▸ **Problem**
From the very first line down to the line containing "#305=EDGE_CURVE('',#85,#186,#304,.T.);", write out the material exactly as it appears, and no more.

▸ **Materials provided**
○ ○ ○ ○

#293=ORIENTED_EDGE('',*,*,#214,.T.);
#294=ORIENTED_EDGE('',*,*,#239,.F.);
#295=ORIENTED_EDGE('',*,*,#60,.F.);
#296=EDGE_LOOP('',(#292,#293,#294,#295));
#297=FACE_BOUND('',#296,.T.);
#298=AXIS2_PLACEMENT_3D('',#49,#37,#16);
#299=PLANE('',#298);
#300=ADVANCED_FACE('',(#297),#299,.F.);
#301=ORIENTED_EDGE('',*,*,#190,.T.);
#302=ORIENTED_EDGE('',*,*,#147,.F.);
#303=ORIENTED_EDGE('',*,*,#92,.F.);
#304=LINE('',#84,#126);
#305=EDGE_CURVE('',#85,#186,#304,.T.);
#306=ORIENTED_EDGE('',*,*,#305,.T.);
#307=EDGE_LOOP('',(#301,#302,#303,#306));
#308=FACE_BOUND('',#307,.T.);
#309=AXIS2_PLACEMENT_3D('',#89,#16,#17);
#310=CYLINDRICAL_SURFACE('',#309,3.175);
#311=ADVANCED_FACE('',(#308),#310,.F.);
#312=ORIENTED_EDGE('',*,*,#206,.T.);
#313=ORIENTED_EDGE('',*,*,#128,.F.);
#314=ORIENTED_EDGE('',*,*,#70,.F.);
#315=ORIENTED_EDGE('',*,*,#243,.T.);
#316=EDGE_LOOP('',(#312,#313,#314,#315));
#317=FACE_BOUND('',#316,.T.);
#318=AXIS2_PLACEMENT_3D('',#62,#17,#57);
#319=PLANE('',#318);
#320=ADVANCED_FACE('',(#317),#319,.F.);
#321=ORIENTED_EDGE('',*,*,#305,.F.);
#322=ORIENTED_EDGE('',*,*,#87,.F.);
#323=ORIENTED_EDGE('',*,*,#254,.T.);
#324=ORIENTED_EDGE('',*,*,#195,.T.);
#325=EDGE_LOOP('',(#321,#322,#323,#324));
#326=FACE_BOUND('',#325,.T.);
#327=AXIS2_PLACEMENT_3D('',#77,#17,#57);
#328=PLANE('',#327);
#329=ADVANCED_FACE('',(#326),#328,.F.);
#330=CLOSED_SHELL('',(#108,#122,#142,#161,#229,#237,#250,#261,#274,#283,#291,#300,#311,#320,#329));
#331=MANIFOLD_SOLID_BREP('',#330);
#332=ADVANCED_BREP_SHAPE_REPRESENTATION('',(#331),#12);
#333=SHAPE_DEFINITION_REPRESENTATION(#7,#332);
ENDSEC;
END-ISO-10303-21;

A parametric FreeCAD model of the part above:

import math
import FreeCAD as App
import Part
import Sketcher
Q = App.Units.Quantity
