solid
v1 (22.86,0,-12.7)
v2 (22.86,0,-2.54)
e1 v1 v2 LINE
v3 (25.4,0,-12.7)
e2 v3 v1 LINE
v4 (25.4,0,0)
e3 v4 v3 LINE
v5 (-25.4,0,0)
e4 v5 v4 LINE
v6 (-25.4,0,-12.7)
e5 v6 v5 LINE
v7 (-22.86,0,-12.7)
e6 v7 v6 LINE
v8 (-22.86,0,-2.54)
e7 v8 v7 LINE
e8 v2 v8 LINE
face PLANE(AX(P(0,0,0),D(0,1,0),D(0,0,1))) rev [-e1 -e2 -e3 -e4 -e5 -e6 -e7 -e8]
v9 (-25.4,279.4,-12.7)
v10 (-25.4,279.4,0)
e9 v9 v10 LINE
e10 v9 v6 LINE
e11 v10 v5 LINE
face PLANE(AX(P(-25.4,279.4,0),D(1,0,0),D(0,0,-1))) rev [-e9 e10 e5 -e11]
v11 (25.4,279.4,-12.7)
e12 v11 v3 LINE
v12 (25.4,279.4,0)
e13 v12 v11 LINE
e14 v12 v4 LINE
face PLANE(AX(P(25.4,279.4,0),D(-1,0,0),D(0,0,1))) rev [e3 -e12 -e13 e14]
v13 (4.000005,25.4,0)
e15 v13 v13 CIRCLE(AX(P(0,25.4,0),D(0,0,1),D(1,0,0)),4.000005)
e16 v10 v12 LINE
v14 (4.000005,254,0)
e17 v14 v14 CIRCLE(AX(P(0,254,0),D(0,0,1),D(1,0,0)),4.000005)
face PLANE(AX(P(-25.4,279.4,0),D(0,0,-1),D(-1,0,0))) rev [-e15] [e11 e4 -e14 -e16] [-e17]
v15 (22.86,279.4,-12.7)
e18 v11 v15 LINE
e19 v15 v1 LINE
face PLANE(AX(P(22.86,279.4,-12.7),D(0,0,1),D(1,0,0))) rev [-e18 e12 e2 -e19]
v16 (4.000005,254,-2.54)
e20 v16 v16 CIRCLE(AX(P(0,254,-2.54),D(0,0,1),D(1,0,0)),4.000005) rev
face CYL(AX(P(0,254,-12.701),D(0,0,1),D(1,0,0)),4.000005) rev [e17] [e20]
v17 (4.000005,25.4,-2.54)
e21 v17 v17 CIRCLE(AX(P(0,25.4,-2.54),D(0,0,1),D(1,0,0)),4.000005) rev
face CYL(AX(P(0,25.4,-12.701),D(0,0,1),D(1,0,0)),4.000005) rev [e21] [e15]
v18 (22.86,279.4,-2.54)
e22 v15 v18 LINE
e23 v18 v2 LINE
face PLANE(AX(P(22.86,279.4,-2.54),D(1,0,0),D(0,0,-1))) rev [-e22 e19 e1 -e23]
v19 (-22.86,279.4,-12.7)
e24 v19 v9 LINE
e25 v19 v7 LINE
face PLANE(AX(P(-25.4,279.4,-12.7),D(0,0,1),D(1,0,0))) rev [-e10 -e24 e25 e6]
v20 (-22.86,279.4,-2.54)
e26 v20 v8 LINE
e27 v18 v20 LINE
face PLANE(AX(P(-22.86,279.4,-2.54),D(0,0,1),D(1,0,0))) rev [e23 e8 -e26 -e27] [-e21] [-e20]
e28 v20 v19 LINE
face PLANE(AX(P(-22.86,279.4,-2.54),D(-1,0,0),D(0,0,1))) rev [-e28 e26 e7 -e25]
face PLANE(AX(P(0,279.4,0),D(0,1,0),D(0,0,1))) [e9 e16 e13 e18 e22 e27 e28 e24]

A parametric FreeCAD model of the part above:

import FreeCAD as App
import Part
import Sketcher
Q = App.Units.Quantity

doc = App.newDocument("Part")
body = doc.addObject("PartDesign::Body", "Body")

sketch1 = body.newObject("Sketcher::SketchObject", "Sketch")
sketch1.AttachmentSupport = (doc.getObject("XZ_Plane"), [""])
sketch1.MapMode = "FlatFace"
sketch1.addGeometry([
    Part.LineSegment(App.Vector(-22.86, -2.54, 0), App.Vector(-22.86, -12.7, 0)),
    Part.LineSegment(App.Vector(-22.86, -12.7, 0), App.Vector(-25.4, -12.7, 0)),
    Part.LineSegment(App.Vector(-25.4, -12.7, 0), App.Vector(-25.4, 0, 0)),
    Part.LineSegment(App.Vector(-25.4, 0, 0), App.Vector(25.4, 0, 0)),
    Part.LineSegment(App.Vector(25.4, 0, 0), App.Vector(25.4, -12.7, 0)),
    Part.LineSegment(App.Vector(25.4, -12.7, 0), App.Vector(22.86, -12.7, 0)),
    Part.LineSegment(App.Vector(22.86, -12.7, 0), App.Vector(22.86, -2.54, 0)),
    Part.LineSegment(App.Vector(22.86, -2.54, 0), App.Vector(-22.86, -2.54, 0)),
], False)
sketch1.addConstraint([
    Sketcher.Constraint("Coincident", 0, 2, 1, 1),
    Sketcher.Constraint("Coincident", 1, 2, 2, 1),
    Sketcher.Constraint("Coincident", 2, 2, 3, 1),
    Sketcher.Constraint("Coincident", 3, 2, 4, 1),
    Sketcher.Constraint("Coincident", 4, 2, 5, 1),
    Sketcher.Constraint("Coincident", 5, 2, 6, 1),
    Sketcher.Constraint("Coincident", 6, 2, 7, 1),
    Sketcher.Constraint("Coincident", 7, 2, 0, 1),
    Sketcher.Constraint("Vertical", 0),
    Sketcher.Constraint("Horizontal", 1),
    Sketcher.Constraint("Vertical", 2),
    Sketcher.Constraint("Horizontal", 3),
    Sketcher.Constraint("Vertical", 4),
    Sketcher.Constraint("Horizontal", 5),
    Sketcher.Constraint("Vertical", 6),
    Sketcher.Constraint("Horizontal", 7),
    Sketcher.Constraint("Symmetric", 2, 2, 3, 2, -1, 1),
    Sketcher.Constraint("Symmetric", 0, 2, 5, 2, -2),
    Sketcher.Constraint("DistanceX", 3, 1, 3, 2, Q("2 in")),
    Sketcher.Constraint("DistanceX", 1, 2, 1, 1, Q("0.1 in")),
    Sketcher.Constraint("DistanceY", 0, 2, 0, 1, Q("0.4 in")),
    Sketcher.Constraint("DistanceY", 2, 1, 2, 2, Q("0.5 in")),
])
pad1 = body.newObject("PartDesign::Pad", "Pad")
pad1.Profile = sketch1
pad1.Length = Q("11 in")
pad1.Reversed = True

sketch2 = body.newObject("Sketcher::SketchObject", "Sketch001")
sketch2.AttachmentSupport = (doc.getObject("XY_Plane"), [""])
sketch2.MapMode = "FlatFace"
sketch2.addGeometry(Part.Circle(App.Vector(0, 25.4, 0), App.Vector(0, 0, 1), 4.000005), False)
sketch2.addConstraint([
    Sketcher.Constraint("PointOnObject", 0, 3, -2),
    Sketcher.Constraint("DistanceY", -1, 1, 0, 3, Q("1 in")),
    Sketcher.Constraint("Diameter", 0, Q("8.000009 mm")),
])
pocket1 = body.newObject("PartDesign::Pocket", "Pocket")
pocket1.Profile = sketch2
pocket1.Type = "UpToFirst"

sketch3 = body.newObject("Sketcher::SketchObject", "Sketch002")
sketch3.AttachmentSupport = (doc.getObject("XY_Plane"), [""])
sketch3.MapMode = "FlatFace"
sketch3.addGeometry(Part.Circle(App.Vector(0, 254, 0), App.Vector(0, 0, 1), 4.000005), False)
sketch3.addConstraint([
    Sketcher.Constraint("PointOnObject", 0, 3, -2),
    Sketcher.Constraint("DistanceY", -1, 1, 0, 3, Q("10 in")),
    Sketcher.Constraint("Diameter", 0, Q("8.000009 mm")),
])
pocket2 = body.newObject("PartDesign::Pocket", "Pocket001")
pocket2.Profile = sketch3
pocket2.Type = "UpToFirst"

doc.recompute()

○ ○ ○ ○

▸ **Answer to this problem**
#293=ORIENTED_EDGE('',*,*,#214,.T.);
#294=ORIENTED_EDGE('',*,*,#239,.F.);
#295=ORIENTED_EDGE('',*,*,#60,.F.);
#296=EDGE_LOOP('',(#292,#293,#294,#295));
#297=FACE_BOUND('',#296,.T.);
#298=AXIS2_PLACEMENT_3D('',#49,#37,#16);
#299=PLANE('',#298);
#300=ADVANCED_FACE('',(#297),#299,.F.);
#301=ORIENTED_EDGE('',*,*,#190,.T.);
#302=ORIENTED_EDGE('',*,*,#147,.F.);
#303=ORIENTED_EDGE('',*,*,#92,.F.);
#304=LINE('',#84,#126);
#305=EDGE_CURVE('',#85,#186,#304,.T.);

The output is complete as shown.